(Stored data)
•••••

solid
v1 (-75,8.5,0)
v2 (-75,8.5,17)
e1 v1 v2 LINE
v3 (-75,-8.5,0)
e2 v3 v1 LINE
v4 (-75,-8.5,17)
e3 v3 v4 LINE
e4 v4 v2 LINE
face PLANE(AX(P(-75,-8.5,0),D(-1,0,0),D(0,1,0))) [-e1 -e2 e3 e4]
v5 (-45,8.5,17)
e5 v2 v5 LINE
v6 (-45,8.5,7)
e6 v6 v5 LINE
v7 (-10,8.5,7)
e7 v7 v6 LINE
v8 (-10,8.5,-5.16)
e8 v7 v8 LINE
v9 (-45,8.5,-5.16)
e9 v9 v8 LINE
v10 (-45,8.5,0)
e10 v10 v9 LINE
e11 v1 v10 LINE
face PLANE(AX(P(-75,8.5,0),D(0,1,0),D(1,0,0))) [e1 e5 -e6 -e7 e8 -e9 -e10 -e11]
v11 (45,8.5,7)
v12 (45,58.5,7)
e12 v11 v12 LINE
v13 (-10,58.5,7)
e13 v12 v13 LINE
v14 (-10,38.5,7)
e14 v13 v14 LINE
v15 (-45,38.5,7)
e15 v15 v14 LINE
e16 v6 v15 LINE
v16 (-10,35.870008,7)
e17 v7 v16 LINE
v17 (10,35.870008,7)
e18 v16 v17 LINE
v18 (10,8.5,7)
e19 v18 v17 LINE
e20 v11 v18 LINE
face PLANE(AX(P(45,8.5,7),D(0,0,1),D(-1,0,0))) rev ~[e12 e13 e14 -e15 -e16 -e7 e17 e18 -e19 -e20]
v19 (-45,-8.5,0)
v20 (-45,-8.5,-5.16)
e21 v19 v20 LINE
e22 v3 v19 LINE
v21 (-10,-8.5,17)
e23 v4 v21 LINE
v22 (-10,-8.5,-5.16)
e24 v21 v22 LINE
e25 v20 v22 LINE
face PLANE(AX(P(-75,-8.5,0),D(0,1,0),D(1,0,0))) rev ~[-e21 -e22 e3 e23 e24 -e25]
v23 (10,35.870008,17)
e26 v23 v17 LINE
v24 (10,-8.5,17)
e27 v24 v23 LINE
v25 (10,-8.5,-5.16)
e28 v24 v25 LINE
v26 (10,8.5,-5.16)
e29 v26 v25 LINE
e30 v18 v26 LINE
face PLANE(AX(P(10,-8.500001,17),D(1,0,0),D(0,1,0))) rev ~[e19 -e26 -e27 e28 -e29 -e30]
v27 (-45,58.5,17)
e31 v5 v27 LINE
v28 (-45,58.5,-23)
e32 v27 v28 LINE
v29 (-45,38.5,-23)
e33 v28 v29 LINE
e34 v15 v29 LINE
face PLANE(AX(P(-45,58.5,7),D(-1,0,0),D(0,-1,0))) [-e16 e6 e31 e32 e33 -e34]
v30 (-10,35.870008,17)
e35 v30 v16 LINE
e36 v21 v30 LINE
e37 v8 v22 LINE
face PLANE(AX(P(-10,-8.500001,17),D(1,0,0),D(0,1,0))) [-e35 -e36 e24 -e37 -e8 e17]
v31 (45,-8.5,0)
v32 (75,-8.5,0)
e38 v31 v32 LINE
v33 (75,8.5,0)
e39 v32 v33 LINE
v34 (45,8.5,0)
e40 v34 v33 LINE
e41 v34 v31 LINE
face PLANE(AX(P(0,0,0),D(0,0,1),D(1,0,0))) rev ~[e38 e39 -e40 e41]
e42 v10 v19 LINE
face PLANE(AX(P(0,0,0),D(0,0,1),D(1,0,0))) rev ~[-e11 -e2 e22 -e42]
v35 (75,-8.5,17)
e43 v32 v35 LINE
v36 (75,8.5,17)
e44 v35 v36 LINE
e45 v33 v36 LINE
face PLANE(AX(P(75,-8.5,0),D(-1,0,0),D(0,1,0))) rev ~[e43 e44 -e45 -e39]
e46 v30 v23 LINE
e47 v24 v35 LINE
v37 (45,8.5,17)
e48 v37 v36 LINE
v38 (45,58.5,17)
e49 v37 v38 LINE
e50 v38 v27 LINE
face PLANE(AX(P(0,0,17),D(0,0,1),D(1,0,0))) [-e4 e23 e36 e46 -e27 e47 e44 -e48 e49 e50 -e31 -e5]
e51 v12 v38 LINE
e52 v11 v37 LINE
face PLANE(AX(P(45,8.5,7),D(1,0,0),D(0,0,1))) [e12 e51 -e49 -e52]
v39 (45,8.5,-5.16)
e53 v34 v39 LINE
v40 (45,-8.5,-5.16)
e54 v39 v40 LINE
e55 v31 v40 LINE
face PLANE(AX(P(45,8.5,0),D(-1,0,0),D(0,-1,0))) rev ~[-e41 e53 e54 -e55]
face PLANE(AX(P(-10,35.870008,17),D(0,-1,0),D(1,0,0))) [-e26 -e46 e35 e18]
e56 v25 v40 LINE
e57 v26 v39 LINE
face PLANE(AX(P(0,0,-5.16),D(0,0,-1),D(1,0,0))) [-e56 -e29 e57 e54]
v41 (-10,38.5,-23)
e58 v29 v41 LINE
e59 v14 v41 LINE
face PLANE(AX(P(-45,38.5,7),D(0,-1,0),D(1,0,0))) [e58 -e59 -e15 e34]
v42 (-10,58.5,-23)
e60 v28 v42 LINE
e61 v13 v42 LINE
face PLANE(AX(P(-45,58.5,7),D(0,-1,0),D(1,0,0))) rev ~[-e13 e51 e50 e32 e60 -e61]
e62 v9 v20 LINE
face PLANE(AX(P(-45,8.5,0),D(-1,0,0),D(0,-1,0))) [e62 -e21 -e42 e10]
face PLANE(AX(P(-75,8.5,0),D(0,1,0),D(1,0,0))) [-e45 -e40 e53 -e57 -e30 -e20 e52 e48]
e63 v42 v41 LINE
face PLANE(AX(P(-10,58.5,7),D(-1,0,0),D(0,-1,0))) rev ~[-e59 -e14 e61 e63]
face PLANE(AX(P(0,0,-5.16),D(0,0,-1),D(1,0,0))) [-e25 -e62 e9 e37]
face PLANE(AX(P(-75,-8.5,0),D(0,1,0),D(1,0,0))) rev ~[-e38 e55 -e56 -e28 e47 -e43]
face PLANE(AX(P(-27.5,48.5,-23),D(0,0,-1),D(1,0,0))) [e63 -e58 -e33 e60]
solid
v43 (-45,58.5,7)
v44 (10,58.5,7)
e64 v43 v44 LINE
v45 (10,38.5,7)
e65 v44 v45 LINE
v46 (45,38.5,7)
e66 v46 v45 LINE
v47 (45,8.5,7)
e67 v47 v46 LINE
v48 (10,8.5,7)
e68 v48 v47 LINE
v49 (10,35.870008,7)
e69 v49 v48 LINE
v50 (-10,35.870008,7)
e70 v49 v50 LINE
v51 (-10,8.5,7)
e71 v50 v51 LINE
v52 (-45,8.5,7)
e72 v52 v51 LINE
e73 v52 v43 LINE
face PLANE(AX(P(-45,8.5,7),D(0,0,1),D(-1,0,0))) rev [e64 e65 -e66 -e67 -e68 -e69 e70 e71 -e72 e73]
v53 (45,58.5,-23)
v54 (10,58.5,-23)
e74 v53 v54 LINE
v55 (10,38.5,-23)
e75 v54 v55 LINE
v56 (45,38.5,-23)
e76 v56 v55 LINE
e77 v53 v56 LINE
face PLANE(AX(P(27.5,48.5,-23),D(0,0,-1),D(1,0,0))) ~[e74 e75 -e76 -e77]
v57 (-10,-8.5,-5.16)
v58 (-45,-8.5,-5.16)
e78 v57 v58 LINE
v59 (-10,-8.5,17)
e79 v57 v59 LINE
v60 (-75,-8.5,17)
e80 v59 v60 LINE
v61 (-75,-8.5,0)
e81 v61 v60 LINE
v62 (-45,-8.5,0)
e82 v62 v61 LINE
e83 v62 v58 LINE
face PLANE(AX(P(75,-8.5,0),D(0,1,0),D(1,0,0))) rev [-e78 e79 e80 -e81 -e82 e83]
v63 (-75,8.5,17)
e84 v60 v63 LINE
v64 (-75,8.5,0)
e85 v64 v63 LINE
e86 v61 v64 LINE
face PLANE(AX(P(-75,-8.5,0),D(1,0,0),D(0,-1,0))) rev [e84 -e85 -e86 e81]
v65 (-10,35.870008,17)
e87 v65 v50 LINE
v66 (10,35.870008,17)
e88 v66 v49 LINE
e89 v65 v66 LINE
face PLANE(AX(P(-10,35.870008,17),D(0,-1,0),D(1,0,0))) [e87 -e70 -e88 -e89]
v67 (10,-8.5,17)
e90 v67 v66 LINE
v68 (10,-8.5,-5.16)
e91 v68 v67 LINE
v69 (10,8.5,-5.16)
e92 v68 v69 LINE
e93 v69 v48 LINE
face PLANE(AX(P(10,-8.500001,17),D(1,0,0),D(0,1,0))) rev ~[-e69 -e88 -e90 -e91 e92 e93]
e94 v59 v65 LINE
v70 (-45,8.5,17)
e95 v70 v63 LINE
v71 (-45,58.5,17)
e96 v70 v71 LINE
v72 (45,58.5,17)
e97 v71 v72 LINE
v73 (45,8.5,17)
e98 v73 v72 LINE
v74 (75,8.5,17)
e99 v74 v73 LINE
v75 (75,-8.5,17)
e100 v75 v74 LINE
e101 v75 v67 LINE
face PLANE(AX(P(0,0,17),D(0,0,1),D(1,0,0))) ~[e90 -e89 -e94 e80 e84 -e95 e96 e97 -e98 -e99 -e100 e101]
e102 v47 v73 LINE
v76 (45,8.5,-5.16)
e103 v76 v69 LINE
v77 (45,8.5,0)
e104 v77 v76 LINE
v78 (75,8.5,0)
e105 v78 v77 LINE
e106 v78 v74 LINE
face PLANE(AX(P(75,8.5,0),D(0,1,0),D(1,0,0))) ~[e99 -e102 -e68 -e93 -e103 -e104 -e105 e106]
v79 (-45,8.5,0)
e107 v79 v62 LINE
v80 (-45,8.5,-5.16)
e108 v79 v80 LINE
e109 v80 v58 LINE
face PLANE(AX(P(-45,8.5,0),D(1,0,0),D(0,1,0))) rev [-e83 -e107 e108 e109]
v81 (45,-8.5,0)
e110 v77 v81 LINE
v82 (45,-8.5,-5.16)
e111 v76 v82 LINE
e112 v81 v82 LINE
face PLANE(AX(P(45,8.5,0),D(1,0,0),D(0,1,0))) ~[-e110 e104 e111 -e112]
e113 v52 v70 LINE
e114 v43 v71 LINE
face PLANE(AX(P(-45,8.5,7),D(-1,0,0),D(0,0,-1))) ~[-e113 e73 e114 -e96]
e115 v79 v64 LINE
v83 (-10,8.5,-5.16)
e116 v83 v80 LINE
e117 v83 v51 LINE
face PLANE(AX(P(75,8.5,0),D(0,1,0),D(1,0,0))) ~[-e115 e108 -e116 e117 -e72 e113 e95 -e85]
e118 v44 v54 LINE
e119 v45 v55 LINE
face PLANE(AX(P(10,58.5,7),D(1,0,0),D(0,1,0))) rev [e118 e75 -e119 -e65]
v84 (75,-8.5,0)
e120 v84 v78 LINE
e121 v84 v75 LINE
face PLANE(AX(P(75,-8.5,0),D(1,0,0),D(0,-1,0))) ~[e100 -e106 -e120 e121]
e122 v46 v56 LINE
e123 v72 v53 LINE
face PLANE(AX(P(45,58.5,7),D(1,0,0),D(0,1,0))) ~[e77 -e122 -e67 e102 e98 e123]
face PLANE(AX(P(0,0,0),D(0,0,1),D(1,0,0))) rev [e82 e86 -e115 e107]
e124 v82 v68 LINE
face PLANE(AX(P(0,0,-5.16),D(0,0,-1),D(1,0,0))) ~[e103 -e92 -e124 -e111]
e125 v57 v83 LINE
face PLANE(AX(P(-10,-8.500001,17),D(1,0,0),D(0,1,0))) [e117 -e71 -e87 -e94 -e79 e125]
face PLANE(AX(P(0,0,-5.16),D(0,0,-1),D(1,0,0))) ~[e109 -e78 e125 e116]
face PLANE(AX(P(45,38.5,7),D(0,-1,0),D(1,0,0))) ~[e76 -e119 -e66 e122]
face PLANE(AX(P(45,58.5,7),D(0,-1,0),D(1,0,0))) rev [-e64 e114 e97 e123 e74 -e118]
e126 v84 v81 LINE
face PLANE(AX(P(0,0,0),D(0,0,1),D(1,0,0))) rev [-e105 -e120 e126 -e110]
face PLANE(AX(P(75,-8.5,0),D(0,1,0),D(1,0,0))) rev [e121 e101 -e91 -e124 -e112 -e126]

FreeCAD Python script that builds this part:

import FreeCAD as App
import Part
import Sketcher
from FreeCAD import Vector
Q = App.Units.Quantity

doc = App.newDocument("Part")
body = doc.addObject("PartDesign::Body", "Body")

# Sketch on XY plane
sketch1 = body.newObject("Sketcher::SketchObject", "Sketch")
sketch1.AttachmentSupport = (doc.getObject("XY_Plane"), [""])
sketch1.MapMode = "FlatFace"
sketch1.addGeometry(Part.LineSegment(Vector(-75, 8.5, 0), Vector(-75, -8.5, 0)), False)
sketch1.addGeometry(Part.LineSegment(Vector(-75, -8.5, 0), Vector(75, -8.5, 0)), False)
sketch1.addGeometry(Part.LineSegment(Vector(75, -8.5, 0), Vector(75, 8.5, 0)), False)
sketch1.addGeometry(Part.LineSegment(Vector(75, 8.5, 0), Vector(-75, 8.5, 0)), False)
sketch1.addConstraint(Sketcher.Constraint("Coincident", 0, 2, 1, 1))
sketch1.addConstraint(Sketcher.Constraint("Coincident", 1, 2, 2, 1))
sketch1.addConstraint(Sketcher.Constraint("Coincident", 2, 2, 3, 1))
sketch1.addConstraint(Sketcher.Constraint("Coincident", 3, 2, 0, 1))
sketch1.addConstraint(Sketcher.Constraint("Vertical", 0))
sketch1.addConstraint(Sketcher.Constraint("Horizontal", 1))
sketch1.addConstraint(Sketcher.Constraint("Vertical", 2))
sketch1.addConstraint(Sketcher.Constraint("Horizontal", 3))
sketch1.addConstraint(Sketcher.Constraint("Symmetric", 0, 2, 2, 2, -1, 1))
sketch1.addConstraint(Sketcher.Constraint("DistanceX", 1, 1, 1, 2, Q("150 mm")))
sketch1.addConstraint(Sketcher.Constraint("DistanceY", 0, 2, 0, 1, Q("17 mm")))
pad1 = body.newObject("PartDesign::Pad", "Pad")
pad1.Profile = sketch1
pad1.Length = 17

•••••

WHAT IS BEING ASKED - The entries above hold the needed span. Transcribe exactly the lines from the one with "face PLANE(AX(P(0,0,-5.16),D(0,0,-1),D(1,0,0))) [-e56" to the one with "face PLANE(AX(P(-45,8.5,0),D(-1,0,0),D(0,-1,0))) [e62", both included.

WORKED SOLUTION -
face PLANE(AX(P(0,0,-5.16),D(0,0,-1),D(1,0,0))) [-e56 -e29 e57 e54]
v41 (-10,38.5,-23)
e58 v29 v41 LINE
e59 v14 v41 LINE
face PLANE(AX(P(-45,38.5,7),D(0,-1,0),D(1,0,0))) [e58 -e59 -e15 e34]
v42 (-10,58.5,-23)
e60 v28 v42 LINE
e61 v13 v42 LINE
face PLANE(AX(P(-45,58.5,7),D(0,-1,0),D(1,0,0))) rev ~[-e13 e51 e50 e32 e60 -e61]
e62 v9 v20 LINE
face PLANE(AX(P(-45,8.5,0),D(-1,0,0),D(0,-1,0))) [e62 -e21 -e42 e10]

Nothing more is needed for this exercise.